Search the listing for the string "construction" and copy every line that contains it.

**DATA TO PROCESS**
--
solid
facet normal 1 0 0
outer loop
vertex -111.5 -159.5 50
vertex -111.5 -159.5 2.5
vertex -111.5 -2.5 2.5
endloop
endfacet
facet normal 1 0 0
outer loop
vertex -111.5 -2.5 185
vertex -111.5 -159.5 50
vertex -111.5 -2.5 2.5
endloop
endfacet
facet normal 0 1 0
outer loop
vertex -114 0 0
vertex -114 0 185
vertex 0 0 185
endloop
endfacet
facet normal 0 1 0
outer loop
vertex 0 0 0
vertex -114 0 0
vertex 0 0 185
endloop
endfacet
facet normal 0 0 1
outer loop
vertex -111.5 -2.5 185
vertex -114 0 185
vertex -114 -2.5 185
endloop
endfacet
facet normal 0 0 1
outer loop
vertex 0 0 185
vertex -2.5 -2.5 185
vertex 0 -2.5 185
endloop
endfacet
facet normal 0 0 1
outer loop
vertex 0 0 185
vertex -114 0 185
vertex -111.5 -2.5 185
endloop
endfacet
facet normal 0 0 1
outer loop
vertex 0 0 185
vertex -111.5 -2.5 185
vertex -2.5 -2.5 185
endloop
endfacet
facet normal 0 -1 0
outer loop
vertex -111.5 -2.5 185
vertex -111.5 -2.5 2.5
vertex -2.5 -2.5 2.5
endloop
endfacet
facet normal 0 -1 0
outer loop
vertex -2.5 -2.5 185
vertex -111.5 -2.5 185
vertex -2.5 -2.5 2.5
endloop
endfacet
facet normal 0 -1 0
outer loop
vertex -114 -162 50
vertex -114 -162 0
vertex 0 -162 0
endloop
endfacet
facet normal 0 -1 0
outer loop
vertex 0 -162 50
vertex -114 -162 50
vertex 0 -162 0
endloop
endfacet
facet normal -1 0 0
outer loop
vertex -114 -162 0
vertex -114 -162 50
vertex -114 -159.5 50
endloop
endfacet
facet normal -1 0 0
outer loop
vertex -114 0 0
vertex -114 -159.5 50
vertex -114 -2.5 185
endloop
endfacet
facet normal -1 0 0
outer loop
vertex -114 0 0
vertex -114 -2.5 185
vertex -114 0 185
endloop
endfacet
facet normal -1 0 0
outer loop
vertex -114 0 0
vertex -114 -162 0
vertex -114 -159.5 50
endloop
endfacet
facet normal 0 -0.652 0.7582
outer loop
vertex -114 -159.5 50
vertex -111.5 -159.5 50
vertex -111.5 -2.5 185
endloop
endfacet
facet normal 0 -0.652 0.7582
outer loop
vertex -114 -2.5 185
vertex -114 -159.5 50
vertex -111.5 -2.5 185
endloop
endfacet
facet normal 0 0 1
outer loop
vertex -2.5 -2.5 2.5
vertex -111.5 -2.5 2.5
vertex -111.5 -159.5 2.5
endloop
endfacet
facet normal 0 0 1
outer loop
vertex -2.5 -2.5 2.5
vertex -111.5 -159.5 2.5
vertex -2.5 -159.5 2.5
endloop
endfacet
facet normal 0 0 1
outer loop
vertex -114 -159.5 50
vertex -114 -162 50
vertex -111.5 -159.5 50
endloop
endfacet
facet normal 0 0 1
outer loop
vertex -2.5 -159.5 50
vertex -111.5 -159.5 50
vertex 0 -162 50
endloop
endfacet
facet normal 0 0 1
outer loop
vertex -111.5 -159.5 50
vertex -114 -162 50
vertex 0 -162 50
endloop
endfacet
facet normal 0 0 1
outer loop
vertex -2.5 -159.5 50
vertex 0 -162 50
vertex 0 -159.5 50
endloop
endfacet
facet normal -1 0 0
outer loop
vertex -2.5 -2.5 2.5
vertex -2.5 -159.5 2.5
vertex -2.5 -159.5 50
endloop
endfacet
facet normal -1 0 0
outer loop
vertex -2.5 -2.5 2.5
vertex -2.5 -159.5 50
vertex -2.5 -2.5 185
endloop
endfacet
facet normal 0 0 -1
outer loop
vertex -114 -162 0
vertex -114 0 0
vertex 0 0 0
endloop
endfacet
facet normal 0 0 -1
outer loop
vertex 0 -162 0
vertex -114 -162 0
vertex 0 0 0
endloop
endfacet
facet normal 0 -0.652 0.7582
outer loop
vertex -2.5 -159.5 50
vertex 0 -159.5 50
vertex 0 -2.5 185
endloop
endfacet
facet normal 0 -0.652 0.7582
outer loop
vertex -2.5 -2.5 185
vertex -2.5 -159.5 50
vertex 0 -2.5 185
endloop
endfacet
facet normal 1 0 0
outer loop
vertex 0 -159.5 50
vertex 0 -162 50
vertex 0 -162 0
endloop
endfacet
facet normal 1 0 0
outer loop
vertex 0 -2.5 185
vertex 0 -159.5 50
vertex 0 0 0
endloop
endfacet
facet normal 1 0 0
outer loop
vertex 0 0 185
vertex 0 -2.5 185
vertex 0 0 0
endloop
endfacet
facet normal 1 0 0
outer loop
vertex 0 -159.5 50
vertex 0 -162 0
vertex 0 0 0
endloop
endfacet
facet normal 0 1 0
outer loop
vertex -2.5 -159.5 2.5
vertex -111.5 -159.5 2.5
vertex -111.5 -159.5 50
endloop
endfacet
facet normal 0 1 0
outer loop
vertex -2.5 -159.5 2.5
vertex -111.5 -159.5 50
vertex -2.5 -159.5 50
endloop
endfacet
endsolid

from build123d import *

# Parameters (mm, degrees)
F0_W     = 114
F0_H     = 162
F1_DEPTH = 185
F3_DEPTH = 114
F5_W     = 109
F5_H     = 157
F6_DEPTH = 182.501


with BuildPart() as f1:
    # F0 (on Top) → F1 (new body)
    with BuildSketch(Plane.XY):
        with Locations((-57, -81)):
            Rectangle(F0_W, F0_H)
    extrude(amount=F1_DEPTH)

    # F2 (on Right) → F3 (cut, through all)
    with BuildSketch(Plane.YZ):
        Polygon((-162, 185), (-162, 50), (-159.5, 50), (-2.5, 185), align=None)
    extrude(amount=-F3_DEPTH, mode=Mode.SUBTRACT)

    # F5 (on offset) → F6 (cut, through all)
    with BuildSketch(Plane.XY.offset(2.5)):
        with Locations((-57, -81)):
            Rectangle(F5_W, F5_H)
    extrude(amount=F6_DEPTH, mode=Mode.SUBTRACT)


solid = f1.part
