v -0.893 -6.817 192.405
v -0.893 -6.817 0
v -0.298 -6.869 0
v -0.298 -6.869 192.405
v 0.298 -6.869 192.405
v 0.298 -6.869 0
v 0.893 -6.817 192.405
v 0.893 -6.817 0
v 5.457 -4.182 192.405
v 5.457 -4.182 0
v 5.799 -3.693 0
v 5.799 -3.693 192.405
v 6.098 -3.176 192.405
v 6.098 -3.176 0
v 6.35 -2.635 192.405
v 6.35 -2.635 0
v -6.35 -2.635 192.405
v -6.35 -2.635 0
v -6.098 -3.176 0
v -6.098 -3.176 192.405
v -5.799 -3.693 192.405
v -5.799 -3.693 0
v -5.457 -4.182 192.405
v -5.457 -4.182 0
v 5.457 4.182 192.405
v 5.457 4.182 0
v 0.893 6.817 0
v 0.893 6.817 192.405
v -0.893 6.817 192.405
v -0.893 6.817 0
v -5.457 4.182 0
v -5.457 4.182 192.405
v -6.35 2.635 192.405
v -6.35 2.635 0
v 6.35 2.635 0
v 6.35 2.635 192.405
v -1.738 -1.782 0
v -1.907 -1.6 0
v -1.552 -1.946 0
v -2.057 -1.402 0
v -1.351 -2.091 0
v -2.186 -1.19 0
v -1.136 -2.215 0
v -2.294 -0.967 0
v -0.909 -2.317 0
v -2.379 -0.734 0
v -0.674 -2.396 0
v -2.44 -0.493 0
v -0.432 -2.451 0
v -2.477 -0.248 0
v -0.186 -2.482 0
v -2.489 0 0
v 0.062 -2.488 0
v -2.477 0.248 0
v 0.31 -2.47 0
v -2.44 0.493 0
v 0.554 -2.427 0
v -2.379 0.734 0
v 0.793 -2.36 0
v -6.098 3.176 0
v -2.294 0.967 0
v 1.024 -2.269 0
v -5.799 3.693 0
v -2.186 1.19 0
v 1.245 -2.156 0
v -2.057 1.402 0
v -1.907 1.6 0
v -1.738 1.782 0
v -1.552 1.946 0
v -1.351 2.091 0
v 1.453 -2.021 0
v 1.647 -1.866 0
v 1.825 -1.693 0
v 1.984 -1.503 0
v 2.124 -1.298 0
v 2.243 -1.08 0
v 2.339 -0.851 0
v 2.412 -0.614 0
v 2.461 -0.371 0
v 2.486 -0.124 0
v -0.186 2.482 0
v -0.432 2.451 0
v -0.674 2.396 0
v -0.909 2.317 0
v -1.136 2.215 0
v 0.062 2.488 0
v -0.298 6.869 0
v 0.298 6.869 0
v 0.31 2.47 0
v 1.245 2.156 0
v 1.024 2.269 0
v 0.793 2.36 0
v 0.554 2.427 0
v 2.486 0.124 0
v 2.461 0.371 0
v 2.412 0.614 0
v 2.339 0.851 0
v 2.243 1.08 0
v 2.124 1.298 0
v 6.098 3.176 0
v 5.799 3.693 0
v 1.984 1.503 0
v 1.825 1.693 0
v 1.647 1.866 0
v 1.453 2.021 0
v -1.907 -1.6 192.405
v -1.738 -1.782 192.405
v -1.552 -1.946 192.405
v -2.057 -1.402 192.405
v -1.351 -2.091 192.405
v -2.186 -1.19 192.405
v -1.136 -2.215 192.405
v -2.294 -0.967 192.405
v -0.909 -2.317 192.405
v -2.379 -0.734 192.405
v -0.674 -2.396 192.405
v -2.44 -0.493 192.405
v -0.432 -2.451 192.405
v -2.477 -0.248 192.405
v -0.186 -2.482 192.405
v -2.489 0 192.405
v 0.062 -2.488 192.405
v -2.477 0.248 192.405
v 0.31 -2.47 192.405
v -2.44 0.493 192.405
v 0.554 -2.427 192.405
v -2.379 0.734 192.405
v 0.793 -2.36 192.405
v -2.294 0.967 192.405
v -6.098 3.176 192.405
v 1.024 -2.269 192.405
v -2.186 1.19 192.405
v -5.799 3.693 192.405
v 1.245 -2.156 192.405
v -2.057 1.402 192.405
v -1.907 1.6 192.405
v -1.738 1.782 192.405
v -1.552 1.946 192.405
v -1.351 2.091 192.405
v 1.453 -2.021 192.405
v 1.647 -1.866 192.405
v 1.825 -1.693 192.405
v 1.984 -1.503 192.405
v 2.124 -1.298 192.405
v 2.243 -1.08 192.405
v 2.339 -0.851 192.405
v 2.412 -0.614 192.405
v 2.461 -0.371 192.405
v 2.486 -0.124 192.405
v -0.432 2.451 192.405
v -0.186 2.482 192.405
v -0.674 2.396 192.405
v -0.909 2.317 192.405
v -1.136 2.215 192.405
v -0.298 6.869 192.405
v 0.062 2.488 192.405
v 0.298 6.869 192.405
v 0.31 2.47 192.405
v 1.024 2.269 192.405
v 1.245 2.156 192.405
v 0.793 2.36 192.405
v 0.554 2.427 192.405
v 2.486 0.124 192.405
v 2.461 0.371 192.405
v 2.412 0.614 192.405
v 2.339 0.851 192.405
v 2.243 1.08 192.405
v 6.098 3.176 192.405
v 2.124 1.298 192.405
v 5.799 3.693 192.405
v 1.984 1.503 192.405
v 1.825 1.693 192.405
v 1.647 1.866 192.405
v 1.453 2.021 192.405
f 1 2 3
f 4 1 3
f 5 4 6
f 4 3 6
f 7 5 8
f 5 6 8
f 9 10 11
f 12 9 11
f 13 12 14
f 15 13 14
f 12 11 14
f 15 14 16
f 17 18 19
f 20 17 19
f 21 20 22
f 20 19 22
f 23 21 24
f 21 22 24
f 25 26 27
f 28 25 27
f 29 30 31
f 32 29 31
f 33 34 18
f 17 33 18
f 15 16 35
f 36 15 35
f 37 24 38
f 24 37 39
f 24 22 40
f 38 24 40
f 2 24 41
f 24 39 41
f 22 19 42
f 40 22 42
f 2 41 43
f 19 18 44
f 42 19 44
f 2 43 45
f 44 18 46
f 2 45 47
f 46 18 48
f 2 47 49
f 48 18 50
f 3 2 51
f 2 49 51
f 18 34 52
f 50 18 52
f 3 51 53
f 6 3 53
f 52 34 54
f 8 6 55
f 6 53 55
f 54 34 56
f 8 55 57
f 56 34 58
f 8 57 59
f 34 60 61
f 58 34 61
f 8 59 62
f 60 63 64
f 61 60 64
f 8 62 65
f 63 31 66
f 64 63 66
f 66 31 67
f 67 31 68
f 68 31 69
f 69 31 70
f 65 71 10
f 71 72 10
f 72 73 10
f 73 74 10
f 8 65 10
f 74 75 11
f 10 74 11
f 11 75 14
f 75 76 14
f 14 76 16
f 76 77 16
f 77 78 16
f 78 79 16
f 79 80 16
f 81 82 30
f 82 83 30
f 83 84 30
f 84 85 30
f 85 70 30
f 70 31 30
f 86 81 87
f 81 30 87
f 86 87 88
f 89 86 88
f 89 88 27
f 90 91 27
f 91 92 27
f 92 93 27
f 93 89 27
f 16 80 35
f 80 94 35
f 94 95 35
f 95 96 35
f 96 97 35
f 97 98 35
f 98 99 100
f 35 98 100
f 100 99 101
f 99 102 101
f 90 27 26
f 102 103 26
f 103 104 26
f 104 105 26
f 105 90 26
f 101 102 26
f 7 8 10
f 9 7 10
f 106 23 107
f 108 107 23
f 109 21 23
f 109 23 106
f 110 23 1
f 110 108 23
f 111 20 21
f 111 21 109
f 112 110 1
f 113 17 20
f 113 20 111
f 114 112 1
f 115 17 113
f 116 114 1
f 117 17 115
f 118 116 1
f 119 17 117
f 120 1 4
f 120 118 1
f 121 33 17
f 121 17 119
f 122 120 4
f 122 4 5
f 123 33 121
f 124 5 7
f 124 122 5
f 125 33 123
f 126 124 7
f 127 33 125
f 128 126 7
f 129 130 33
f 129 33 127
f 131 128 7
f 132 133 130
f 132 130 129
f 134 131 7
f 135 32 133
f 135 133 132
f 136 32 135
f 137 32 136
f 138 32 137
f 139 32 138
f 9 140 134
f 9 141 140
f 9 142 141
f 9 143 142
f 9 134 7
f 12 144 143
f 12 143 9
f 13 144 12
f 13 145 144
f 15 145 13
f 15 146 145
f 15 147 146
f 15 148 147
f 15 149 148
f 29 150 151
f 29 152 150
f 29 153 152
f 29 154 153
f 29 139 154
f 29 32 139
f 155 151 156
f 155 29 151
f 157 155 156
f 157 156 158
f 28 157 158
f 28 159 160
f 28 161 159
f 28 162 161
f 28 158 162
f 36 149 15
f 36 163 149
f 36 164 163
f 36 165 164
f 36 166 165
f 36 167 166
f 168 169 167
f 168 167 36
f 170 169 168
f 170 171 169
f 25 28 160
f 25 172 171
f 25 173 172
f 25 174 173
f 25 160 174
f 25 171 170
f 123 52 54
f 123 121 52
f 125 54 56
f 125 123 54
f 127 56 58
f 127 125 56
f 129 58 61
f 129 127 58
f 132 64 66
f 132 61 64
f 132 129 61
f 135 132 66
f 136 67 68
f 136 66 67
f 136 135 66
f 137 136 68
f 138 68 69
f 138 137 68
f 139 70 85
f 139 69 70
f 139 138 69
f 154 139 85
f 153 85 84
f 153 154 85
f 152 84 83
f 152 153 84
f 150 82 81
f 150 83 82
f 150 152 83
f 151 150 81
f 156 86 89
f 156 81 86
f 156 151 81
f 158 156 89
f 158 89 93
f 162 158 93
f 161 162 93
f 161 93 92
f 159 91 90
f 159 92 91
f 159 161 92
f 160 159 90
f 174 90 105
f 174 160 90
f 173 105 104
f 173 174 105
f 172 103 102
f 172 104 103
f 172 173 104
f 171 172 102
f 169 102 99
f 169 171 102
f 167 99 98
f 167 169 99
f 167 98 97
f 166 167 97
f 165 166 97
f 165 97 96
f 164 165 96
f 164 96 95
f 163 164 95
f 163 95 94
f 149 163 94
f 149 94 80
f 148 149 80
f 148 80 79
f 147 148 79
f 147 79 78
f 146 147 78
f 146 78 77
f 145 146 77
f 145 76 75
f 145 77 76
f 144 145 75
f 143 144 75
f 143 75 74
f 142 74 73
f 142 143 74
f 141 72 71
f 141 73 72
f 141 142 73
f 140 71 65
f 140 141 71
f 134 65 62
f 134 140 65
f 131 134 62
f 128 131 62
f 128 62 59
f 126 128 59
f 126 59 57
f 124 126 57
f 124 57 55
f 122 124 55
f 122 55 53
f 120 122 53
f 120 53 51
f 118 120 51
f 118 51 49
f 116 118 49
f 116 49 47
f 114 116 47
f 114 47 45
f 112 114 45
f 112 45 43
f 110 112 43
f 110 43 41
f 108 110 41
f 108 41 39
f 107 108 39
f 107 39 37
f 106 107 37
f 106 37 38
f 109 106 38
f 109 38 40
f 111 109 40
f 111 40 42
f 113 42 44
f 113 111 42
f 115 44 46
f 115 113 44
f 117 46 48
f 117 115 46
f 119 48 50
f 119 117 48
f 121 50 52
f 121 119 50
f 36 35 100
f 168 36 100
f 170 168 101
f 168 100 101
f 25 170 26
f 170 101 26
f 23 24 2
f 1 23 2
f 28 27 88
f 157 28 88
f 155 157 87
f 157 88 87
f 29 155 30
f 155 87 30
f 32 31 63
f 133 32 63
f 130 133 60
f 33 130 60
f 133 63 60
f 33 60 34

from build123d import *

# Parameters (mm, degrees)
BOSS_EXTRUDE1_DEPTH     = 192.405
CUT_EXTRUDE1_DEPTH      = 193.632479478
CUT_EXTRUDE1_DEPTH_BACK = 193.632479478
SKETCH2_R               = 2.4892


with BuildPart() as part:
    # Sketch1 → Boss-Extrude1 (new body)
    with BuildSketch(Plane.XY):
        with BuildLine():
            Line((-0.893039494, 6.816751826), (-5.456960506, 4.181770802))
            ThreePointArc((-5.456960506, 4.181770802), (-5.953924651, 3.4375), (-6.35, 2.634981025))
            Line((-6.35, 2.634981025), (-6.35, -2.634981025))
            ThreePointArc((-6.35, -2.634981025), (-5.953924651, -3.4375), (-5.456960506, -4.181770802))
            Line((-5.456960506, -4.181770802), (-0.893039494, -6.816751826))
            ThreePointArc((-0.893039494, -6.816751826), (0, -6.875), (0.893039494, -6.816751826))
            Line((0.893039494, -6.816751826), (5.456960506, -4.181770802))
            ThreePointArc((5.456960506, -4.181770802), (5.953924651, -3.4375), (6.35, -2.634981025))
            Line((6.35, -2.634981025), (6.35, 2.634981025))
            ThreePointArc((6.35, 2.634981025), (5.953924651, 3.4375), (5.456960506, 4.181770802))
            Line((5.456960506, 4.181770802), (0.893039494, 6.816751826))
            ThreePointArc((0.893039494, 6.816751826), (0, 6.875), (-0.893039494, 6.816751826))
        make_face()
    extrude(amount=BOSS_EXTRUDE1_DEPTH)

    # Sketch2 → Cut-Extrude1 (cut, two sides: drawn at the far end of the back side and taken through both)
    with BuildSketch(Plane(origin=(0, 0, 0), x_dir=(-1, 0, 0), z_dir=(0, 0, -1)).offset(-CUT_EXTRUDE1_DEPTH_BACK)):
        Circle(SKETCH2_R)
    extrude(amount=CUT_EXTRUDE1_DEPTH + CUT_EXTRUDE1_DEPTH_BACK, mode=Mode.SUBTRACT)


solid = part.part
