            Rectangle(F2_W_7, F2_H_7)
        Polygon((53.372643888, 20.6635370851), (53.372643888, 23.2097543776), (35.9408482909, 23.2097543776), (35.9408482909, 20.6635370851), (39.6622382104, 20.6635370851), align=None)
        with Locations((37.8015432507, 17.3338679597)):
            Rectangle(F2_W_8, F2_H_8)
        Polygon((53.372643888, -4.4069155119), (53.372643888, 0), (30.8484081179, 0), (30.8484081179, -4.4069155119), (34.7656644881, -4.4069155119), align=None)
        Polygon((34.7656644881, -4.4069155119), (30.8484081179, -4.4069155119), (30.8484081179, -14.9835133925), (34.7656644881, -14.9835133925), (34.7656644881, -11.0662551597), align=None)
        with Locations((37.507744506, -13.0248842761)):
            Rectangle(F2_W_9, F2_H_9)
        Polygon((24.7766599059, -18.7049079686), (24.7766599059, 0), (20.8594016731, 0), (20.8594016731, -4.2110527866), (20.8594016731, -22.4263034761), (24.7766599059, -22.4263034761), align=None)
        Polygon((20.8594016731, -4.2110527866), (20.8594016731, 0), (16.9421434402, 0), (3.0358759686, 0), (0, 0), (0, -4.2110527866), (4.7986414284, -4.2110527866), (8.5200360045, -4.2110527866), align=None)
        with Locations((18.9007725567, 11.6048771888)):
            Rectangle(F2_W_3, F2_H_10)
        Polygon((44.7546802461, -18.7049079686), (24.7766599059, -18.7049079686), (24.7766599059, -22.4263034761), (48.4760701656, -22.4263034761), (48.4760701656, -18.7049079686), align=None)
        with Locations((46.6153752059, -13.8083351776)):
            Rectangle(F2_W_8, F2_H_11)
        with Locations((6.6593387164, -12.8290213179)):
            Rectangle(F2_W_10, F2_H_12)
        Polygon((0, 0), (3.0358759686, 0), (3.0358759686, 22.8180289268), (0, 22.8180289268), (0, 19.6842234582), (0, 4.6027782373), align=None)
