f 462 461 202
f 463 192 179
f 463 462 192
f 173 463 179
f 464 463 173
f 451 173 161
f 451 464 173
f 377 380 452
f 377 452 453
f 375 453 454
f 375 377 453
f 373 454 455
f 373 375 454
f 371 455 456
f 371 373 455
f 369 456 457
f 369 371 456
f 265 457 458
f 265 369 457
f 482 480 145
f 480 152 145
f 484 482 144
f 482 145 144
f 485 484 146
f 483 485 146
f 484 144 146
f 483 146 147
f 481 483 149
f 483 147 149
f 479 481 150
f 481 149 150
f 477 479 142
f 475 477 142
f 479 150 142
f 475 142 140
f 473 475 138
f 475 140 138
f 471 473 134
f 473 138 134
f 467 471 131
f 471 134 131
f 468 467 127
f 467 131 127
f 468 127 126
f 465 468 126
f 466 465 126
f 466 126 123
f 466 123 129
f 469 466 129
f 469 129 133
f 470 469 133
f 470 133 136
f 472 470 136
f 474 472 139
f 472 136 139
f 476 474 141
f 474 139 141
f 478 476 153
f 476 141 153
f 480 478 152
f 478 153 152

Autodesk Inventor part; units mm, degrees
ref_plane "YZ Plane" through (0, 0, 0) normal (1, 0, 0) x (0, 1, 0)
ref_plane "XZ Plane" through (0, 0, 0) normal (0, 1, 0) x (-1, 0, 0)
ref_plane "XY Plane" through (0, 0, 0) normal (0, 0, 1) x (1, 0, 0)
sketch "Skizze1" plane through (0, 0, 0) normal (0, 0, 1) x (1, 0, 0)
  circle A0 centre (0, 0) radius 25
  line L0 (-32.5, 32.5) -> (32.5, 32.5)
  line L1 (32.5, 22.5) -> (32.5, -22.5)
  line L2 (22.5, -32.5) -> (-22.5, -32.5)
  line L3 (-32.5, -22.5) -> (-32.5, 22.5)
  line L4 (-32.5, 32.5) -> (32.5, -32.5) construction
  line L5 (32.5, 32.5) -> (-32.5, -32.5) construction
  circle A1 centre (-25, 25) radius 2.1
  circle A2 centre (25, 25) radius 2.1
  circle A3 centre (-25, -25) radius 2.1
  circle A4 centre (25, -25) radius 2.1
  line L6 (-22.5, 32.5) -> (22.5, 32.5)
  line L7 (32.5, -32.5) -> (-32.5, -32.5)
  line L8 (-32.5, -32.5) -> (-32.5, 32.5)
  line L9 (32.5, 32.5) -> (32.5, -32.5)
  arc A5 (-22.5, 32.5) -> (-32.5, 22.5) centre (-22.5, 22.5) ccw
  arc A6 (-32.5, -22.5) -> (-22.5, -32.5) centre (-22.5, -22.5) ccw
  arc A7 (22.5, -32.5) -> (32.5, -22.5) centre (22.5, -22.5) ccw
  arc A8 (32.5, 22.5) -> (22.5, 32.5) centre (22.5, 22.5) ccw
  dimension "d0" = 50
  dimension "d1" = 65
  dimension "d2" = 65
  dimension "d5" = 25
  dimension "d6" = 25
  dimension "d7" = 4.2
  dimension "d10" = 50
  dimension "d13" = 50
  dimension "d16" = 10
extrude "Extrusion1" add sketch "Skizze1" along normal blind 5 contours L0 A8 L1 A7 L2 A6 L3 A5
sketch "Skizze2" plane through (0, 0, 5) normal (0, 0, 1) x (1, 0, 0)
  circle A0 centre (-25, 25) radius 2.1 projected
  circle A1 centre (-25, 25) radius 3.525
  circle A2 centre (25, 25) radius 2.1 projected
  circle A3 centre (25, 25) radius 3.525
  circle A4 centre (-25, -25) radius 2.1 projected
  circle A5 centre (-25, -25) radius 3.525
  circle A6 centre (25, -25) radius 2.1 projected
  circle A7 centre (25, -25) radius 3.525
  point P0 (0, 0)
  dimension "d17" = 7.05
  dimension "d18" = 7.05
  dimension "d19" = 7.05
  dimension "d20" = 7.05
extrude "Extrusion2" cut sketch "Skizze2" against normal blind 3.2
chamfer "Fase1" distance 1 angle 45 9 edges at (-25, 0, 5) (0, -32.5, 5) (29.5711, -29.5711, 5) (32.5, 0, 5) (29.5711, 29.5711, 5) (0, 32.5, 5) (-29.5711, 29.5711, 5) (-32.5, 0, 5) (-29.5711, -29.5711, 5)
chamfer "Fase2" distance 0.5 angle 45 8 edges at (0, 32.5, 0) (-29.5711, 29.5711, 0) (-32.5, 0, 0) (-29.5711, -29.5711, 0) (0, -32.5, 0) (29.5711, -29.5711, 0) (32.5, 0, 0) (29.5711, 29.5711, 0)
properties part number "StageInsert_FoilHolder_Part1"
--
**YOUR SOLUTION**
  line L4 (-32.5, 32.5) -> (32.5, -32.5) construction
  line L5 (32.5, 32.5) -> (-32.5, -32.5) construction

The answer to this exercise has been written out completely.